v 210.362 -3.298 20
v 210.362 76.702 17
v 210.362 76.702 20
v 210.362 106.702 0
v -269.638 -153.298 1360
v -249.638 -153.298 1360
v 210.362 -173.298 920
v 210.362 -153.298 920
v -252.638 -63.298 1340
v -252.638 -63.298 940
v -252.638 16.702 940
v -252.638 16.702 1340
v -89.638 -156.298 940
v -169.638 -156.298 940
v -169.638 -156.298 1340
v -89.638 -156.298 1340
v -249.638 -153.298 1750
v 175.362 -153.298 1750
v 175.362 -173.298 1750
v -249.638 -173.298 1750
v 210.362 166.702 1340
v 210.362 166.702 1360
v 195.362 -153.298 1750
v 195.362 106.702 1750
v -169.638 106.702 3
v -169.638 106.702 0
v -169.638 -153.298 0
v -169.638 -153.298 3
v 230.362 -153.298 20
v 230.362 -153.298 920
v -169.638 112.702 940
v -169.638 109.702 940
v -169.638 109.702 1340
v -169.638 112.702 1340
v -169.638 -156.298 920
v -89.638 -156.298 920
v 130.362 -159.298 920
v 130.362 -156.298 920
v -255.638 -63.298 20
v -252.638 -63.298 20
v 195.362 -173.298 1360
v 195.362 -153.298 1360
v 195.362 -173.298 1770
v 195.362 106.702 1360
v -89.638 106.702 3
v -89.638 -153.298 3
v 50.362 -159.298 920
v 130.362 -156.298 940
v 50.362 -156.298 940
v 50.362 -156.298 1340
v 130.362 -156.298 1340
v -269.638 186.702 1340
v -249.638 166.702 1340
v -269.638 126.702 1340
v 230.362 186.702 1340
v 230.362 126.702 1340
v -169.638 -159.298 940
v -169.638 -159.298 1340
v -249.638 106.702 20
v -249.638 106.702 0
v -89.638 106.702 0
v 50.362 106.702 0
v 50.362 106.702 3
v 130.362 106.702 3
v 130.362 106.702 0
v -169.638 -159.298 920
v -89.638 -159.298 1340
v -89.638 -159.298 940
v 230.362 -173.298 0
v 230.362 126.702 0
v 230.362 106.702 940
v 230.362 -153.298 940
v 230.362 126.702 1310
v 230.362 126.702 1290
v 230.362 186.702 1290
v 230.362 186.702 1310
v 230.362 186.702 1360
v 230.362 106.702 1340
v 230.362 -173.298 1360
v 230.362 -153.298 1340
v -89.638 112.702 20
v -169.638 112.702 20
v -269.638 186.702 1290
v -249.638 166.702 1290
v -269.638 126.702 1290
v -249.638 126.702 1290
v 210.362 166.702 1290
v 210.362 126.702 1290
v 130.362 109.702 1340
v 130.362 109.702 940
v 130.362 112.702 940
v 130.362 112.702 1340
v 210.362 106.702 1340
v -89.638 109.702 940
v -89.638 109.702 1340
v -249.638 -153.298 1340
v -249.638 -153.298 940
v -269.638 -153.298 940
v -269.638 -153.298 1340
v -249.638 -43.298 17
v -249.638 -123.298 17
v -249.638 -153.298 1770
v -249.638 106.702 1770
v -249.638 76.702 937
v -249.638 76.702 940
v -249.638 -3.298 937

■ About this task
Please return only the lines from the one with "v -169.638 112.702 20" through the end of the listing, each exactly as written, first and last included.

■ Written solution
v -169.638 112.702 20
v -269.638 186.702 1290
v -249.638 166.702 1290
v -269.638 126.702 1290
v -249.638 126.702 1290
v 210.362 166.702 1290
v 210.362 126.702 1290
v 130.362 109.702 1340
v 130.362 109.702 940
v 130.362 112.702 940
v 130.362 112.702 1340
v 210.362 106.702 1340
v -89.638 109.702 940
v -89.638 109.702 1340
v -249.638 -153.298 1340
v -249.638 -153.298 940
v -269.638 -153.298 940
v -269.638 -153.298 1340
v -249.638 -43.298 17
v -249.638 -123.298 17
v -249.638 -153.298 1770
v -249.638 106.702 1770
v -249.638 76.702 937
v -249.638 76.702 940
v -249.638 -3.298 937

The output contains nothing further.